What does "$\Sigma^{\frac12}$" mean in the context of variational auto encoders? I am studying about Variational Auto Encoders. I found the following equation. 

$$\mu +\Sigma^\frac12\odot\epsilon$$

I can imagine that $\Sigma$ is related to variance. What does the  $\Sigma^{1/2}$ mean? And how is the notation called? I can not find any good articles related to this.
 A: This literature is honestly not very well-notated in general. Let me try to clarify.
Usually a 1D normally distributed random variable $\widetilde{z}$ (dependent on some other variable $x$) is written like: $$ \widetilde{z}\sim\mathcal{N}(\mu(x),\sigma(x)^2) $$
where $\mu(x)\in\mathbb{R}$ is the mean and $\sigma(x)^2\in\mathbb{R}$ is the variance. An equivalent value can be sampled via $ \widetilde{z} = \mu(x) + \varepsilon\sqrt{\sigma(x)} $ where $\varepsilon\sim\mathcal{N}(0,1)$. Notice the square root is used to get the standard deviation.

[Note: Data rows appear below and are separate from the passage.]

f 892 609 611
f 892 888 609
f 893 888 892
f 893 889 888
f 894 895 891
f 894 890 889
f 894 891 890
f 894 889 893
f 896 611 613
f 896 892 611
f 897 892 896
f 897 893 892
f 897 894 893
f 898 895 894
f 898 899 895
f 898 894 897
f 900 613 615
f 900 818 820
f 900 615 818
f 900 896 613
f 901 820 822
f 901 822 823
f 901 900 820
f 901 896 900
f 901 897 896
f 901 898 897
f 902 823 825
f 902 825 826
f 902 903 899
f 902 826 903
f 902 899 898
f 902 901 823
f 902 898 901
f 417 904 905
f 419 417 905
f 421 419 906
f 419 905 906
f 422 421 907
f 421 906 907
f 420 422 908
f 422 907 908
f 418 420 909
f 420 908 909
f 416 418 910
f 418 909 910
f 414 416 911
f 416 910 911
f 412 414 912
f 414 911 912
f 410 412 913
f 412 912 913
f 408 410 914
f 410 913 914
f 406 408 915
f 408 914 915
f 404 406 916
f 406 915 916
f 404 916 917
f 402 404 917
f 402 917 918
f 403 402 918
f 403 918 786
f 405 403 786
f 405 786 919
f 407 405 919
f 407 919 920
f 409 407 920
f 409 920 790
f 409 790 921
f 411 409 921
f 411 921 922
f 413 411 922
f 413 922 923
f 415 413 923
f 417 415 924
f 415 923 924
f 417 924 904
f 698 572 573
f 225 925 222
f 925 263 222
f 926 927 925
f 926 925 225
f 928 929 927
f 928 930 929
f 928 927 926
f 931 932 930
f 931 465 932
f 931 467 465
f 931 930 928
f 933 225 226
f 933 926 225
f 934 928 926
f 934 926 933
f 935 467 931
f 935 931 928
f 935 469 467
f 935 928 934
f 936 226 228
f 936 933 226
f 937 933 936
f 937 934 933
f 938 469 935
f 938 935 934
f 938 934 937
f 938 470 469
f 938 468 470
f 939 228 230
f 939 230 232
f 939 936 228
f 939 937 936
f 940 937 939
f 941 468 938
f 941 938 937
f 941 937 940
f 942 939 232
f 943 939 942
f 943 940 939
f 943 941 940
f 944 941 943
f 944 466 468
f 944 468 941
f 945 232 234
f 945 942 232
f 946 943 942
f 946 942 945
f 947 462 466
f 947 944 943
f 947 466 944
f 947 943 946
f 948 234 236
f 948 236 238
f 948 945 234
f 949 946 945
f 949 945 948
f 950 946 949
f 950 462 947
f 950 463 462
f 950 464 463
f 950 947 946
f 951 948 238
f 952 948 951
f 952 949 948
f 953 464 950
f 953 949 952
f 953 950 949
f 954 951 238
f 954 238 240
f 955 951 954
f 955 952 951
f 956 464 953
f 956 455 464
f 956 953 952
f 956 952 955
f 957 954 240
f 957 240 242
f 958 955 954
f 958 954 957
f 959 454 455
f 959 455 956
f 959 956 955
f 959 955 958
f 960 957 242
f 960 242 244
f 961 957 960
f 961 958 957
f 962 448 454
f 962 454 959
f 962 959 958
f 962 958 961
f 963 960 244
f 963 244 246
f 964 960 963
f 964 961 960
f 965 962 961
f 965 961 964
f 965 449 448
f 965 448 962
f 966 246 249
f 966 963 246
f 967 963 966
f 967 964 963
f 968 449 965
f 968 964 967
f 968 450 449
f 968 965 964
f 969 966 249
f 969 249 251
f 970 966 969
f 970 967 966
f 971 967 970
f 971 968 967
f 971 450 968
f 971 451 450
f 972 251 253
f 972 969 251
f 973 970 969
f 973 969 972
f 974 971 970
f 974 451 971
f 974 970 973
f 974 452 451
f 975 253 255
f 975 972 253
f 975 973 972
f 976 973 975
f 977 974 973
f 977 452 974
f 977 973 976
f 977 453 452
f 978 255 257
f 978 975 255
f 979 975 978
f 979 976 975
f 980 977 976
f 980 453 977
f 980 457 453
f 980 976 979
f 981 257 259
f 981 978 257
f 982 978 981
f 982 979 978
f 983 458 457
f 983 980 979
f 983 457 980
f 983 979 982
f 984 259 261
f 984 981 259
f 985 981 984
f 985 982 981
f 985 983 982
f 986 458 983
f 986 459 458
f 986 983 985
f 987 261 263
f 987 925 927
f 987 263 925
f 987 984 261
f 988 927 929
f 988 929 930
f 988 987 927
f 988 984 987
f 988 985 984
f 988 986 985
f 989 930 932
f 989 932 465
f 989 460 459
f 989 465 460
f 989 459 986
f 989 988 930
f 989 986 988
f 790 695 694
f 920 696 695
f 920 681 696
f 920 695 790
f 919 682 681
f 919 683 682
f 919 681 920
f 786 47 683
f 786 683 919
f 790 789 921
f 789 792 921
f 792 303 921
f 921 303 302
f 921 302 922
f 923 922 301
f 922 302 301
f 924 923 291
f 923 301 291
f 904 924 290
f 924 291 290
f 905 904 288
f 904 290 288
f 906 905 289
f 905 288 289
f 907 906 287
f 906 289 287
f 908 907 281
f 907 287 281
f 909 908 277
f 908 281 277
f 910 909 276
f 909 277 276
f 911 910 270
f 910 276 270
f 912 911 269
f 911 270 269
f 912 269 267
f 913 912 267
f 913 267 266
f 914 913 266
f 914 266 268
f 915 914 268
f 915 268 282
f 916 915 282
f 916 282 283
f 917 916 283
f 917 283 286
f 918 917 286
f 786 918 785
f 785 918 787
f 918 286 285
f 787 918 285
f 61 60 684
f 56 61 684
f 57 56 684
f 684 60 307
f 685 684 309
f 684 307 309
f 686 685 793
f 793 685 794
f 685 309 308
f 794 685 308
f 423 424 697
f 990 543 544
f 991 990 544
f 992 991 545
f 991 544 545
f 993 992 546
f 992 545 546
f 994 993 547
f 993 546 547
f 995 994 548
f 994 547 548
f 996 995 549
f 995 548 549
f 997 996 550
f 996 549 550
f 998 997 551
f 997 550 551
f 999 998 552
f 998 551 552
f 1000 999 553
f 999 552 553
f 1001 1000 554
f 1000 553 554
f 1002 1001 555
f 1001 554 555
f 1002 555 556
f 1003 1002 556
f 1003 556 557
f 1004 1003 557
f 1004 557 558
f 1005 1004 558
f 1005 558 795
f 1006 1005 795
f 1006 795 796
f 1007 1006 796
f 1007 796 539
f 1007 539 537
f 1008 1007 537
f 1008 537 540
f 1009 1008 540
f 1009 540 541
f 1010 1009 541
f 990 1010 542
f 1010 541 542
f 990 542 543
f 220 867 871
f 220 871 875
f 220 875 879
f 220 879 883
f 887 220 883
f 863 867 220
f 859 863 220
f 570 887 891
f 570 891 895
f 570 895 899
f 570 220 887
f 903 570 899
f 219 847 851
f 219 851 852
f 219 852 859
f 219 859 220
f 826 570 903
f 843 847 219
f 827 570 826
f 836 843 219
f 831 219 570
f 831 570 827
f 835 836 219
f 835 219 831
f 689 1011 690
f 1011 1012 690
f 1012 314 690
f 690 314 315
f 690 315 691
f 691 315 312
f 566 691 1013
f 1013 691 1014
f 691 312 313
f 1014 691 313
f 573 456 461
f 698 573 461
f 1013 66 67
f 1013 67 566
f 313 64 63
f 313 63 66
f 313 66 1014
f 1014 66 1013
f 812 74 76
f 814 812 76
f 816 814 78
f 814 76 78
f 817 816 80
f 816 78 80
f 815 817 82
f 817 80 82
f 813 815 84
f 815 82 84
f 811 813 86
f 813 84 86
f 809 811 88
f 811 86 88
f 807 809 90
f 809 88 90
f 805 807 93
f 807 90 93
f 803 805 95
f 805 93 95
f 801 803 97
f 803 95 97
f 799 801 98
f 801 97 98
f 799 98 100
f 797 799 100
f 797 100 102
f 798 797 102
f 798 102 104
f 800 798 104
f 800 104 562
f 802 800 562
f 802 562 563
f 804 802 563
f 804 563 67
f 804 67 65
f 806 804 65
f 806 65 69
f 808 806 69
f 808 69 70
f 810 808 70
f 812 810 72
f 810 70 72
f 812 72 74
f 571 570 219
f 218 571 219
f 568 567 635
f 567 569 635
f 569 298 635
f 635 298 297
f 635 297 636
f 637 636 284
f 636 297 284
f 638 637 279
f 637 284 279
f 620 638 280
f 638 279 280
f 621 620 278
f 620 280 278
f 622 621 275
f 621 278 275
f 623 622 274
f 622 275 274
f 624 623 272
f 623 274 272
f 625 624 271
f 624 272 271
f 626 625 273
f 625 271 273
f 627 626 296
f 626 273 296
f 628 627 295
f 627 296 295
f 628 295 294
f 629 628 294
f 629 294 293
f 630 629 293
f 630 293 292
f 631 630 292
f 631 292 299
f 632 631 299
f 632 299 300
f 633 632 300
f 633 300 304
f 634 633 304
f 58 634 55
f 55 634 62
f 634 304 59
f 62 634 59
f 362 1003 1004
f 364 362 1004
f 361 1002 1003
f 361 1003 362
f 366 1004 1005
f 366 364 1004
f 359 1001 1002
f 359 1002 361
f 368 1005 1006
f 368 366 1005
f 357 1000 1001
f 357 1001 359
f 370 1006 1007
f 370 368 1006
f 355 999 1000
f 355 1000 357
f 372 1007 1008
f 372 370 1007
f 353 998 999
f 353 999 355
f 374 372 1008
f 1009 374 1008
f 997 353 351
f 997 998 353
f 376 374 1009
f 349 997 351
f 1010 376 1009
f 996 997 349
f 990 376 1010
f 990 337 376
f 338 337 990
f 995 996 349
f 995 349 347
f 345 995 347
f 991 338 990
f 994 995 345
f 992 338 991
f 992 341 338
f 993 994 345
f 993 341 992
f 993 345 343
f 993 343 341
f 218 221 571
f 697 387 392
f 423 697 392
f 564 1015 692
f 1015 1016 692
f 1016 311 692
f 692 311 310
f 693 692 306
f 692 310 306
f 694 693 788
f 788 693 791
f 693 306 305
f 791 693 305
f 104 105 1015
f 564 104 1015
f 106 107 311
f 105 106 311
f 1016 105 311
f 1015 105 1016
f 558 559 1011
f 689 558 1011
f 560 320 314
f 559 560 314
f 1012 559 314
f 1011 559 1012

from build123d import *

Separately, a multivariate, normally distributed random variable is often written as:
$$ z\sim\mathcal{N}(\mu(x),\Sigma(x)) $$
where $z,\mu(x)\in\mathbb{R}^n$ and $\Sigma(x)\in\mathbb{R}^{n\times n}$. Note that $\Sigma(x)$ must be positive definite and symmetric in order to be a proper covariance matrix. In this case, we can sample a value via $z = \mu(x) + \sqrt{\Sigma(x)}\,\xi$, where $\xi\sim\mathcal{N}(0,I)$, $\xi\in\mathbb{R}^n$. Here, $\sqrt{\Sigma(x)}=\Sigma^{1/2}(x)\in\mathbb{R}^{n\times n}$ is the matrix square root, i.e. $\Sigma^{1/2}(x)\Sigma^{1/2}(x)=\Sigma(x)$. Note that one cannot in general compute this by taking the square root of the elements of the matrix (though one can for diagonal matrices)! This can be non-trivial (e.g. see here or here).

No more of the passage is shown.